--- Work instruction ---
Find each line below that includes "SUBTRACT", then copy it.

--- The records ---
──────
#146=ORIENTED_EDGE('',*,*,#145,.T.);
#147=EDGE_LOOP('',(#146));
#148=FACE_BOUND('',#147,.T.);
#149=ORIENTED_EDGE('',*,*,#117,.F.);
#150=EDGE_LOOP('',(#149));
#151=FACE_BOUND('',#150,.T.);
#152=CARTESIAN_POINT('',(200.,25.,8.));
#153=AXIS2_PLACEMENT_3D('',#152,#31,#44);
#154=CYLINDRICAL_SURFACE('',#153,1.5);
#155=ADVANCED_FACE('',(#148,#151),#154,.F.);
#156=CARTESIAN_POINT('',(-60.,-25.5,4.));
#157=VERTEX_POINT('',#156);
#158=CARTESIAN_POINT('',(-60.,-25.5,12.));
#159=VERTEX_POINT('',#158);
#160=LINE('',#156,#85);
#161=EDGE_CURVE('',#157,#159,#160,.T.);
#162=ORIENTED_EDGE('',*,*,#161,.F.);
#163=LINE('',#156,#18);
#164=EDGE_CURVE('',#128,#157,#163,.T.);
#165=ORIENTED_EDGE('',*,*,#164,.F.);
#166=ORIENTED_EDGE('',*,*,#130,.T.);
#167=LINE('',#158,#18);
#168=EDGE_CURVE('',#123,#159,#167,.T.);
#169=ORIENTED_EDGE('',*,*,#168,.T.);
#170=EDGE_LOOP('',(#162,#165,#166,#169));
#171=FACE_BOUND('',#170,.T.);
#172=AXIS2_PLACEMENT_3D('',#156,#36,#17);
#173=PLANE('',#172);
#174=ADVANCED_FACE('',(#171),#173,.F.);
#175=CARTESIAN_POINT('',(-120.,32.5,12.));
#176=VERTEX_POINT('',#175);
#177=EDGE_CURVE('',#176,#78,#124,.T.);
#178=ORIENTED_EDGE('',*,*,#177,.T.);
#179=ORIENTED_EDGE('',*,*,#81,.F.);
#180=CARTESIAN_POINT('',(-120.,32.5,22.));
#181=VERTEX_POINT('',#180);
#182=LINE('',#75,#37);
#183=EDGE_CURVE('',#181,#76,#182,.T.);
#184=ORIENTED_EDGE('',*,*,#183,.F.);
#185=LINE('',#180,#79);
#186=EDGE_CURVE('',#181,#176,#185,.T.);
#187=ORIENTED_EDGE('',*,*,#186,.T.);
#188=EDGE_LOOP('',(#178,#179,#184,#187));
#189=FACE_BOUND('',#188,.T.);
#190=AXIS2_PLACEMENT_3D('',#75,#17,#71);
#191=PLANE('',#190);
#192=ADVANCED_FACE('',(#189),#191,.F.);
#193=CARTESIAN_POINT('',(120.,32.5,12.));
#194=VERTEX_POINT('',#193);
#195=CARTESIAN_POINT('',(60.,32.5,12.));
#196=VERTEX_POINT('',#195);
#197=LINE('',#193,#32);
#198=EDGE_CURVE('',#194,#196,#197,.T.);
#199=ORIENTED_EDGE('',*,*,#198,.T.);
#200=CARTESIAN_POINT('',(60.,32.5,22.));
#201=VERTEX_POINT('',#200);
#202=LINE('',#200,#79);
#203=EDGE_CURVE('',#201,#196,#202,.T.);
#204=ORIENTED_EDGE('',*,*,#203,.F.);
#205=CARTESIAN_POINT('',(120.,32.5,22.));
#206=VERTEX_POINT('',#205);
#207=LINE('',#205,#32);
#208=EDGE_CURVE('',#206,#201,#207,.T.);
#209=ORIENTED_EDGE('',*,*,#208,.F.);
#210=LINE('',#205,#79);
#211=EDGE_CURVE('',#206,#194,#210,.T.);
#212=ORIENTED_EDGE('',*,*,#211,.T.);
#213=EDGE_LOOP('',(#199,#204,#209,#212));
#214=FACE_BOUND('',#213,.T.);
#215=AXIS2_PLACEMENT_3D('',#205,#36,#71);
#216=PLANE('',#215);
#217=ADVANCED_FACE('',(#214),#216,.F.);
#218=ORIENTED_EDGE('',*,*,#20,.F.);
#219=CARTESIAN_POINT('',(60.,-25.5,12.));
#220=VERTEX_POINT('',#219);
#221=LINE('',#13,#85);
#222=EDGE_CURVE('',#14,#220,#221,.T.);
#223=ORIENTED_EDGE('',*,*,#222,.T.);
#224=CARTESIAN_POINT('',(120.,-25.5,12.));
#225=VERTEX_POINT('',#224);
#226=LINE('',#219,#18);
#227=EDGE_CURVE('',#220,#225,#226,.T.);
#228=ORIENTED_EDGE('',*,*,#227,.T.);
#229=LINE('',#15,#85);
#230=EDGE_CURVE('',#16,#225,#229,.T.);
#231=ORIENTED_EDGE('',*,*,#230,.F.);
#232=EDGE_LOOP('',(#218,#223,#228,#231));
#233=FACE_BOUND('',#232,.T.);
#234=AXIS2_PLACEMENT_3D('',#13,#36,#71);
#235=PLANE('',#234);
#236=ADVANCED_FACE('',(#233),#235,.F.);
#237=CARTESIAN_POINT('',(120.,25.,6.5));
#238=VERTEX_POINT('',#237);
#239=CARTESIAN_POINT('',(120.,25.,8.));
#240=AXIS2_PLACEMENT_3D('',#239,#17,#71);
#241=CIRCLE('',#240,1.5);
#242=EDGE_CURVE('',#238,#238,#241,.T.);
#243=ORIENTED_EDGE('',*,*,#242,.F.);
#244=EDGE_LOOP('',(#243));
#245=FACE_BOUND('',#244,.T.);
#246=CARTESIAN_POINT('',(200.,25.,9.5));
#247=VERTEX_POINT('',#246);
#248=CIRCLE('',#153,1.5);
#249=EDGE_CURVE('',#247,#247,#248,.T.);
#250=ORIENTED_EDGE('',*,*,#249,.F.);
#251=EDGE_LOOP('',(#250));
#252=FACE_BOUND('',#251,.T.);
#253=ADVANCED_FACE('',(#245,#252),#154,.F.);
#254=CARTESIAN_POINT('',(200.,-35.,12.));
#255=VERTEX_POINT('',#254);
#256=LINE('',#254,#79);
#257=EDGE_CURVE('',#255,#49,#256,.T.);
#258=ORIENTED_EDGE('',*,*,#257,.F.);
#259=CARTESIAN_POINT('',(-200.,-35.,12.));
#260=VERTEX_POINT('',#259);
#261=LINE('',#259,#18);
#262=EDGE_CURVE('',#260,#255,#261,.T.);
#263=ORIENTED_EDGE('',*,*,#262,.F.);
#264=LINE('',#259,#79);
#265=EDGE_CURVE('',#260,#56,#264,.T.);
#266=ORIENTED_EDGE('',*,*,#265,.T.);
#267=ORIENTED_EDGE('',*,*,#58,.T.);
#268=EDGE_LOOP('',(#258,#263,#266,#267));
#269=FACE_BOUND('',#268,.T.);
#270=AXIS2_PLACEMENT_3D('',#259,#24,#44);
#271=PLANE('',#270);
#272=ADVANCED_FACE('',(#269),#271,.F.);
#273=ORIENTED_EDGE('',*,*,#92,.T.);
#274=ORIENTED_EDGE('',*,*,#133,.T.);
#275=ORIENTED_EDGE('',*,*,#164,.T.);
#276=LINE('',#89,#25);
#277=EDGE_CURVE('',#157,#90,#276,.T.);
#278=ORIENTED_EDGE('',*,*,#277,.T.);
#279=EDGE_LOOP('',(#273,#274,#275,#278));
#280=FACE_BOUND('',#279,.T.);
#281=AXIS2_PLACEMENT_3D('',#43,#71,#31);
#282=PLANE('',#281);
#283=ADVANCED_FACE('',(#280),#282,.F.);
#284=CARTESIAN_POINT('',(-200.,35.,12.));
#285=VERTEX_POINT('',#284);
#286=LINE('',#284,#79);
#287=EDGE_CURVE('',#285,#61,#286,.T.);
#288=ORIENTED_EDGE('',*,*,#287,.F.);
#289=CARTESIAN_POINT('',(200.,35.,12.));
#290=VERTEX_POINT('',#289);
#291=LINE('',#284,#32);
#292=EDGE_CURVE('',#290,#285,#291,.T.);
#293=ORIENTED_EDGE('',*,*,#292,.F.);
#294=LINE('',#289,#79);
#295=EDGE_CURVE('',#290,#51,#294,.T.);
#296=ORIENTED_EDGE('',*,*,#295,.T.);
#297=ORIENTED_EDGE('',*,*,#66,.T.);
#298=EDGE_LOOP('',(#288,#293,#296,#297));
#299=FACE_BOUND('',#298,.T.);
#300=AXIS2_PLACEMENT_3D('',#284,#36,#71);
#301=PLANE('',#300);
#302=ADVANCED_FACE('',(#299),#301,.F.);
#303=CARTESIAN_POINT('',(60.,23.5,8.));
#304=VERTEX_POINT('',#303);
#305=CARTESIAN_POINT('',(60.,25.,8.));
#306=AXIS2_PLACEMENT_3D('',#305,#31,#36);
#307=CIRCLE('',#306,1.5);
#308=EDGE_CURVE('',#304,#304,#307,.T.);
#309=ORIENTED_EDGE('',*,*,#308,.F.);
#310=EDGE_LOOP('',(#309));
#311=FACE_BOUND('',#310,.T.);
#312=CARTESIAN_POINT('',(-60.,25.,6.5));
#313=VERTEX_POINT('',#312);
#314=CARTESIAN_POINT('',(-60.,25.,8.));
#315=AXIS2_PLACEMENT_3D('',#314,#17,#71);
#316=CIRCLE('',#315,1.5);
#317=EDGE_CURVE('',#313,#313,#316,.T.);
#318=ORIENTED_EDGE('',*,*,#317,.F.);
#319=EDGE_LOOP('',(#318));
──────
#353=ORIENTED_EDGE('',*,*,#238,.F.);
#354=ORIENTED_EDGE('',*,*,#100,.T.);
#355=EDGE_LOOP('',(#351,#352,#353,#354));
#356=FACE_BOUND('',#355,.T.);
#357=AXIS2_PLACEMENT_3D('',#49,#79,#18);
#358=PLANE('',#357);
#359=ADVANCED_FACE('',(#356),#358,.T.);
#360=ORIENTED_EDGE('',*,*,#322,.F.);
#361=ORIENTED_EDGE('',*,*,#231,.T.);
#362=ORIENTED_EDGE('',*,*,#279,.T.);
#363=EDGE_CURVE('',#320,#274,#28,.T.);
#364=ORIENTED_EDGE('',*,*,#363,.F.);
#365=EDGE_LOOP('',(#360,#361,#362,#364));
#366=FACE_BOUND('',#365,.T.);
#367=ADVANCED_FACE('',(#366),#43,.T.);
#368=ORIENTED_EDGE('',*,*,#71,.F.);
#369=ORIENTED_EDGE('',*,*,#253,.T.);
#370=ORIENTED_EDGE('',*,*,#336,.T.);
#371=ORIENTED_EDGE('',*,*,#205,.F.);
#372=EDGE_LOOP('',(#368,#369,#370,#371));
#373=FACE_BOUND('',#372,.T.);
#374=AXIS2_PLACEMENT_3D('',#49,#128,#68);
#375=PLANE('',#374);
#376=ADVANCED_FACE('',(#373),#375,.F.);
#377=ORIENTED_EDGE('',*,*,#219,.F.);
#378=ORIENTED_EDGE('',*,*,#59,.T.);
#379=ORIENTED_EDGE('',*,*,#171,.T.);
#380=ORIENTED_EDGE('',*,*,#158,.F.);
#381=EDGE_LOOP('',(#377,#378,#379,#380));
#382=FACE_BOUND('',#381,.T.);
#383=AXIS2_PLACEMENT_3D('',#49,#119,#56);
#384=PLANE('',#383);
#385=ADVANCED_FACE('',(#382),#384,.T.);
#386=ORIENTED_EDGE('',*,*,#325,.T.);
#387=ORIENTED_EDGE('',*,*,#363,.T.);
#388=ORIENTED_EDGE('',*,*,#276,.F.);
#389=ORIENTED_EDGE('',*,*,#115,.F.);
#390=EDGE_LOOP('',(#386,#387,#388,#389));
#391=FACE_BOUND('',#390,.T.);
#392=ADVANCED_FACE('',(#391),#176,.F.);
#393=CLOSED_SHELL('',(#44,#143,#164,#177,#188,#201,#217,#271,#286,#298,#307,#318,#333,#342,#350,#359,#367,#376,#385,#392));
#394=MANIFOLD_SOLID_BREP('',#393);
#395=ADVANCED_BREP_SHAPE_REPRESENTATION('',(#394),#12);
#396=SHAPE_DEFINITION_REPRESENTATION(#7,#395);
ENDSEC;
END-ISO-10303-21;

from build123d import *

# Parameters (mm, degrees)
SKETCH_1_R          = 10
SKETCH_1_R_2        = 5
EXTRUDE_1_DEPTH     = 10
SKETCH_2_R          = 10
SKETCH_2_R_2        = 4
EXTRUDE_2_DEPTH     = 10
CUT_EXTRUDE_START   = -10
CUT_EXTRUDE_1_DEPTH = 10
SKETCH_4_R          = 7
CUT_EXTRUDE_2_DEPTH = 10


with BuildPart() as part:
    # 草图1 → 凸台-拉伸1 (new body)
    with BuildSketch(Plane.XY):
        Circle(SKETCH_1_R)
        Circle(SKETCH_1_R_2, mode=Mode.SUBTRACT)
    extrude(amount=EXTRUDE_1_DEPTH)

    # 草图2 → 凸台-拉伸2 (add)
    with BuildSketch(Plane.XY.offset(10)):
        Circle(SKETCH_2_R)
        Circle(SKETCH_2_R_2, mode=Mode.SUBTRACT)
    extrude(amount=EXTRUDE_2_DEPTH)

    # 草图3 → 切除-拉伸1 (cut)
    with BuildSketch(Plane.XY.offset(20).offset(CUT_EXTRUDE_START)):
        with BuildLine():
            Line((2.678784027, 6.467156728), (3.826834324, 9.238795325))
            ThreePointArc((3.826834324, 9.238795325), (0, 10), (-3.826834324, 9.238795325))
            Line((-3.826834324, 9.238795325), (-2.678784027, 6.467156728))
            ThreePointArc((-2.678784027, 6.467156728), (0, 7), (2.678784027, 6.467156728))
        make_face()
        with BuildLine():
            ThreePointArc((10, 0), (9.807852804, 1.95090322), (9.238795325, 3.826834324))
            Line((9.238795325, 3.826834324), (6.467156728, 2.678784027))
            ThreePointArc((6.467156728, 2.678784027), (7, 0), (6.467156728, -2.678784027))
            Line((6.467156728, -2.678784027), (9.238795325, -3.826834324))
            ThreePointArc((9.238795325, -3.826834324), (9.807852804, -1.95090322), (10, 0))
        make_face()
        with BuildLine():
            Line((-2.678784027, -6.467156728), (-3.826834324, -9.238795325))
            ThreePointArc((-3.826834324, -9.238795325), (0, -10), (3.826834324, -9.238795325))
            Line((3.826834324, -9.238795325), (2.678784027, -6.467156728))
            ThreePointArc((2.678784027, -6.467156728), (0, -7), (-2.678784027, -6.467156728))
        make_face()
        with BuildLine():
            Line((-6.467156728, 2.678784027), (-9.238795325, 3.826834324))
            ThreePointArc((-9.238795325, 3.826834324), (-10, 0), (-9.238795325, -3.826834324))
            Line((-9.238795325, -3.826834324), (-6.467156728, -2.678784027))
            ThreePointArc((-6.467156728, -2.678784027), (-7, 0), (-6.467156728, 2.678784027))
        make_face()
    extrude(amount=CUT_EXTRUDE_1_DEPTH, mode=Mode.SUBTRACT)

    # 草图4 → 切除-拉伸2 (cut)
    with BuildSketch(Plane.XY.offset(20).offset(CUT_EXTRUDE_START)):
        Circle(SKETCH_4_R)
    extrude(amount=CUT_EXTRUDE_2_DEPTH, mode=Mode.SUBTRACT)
──────
--- Written reply ---
        Circle(SKETCH_1_R_2, mode=Mode.SUBTRACT)
        Circle(SKETCH_2_R_2, mode=Mode.SUBTRACT)
    extrude(amount=CUT_EXTRUDE_1_DEPTH, mode=Mode.SUBTRACT)
    extrude(amount=CUT_EXTRUDE_2_DEPTH, mode=Mode.SUBTRACT)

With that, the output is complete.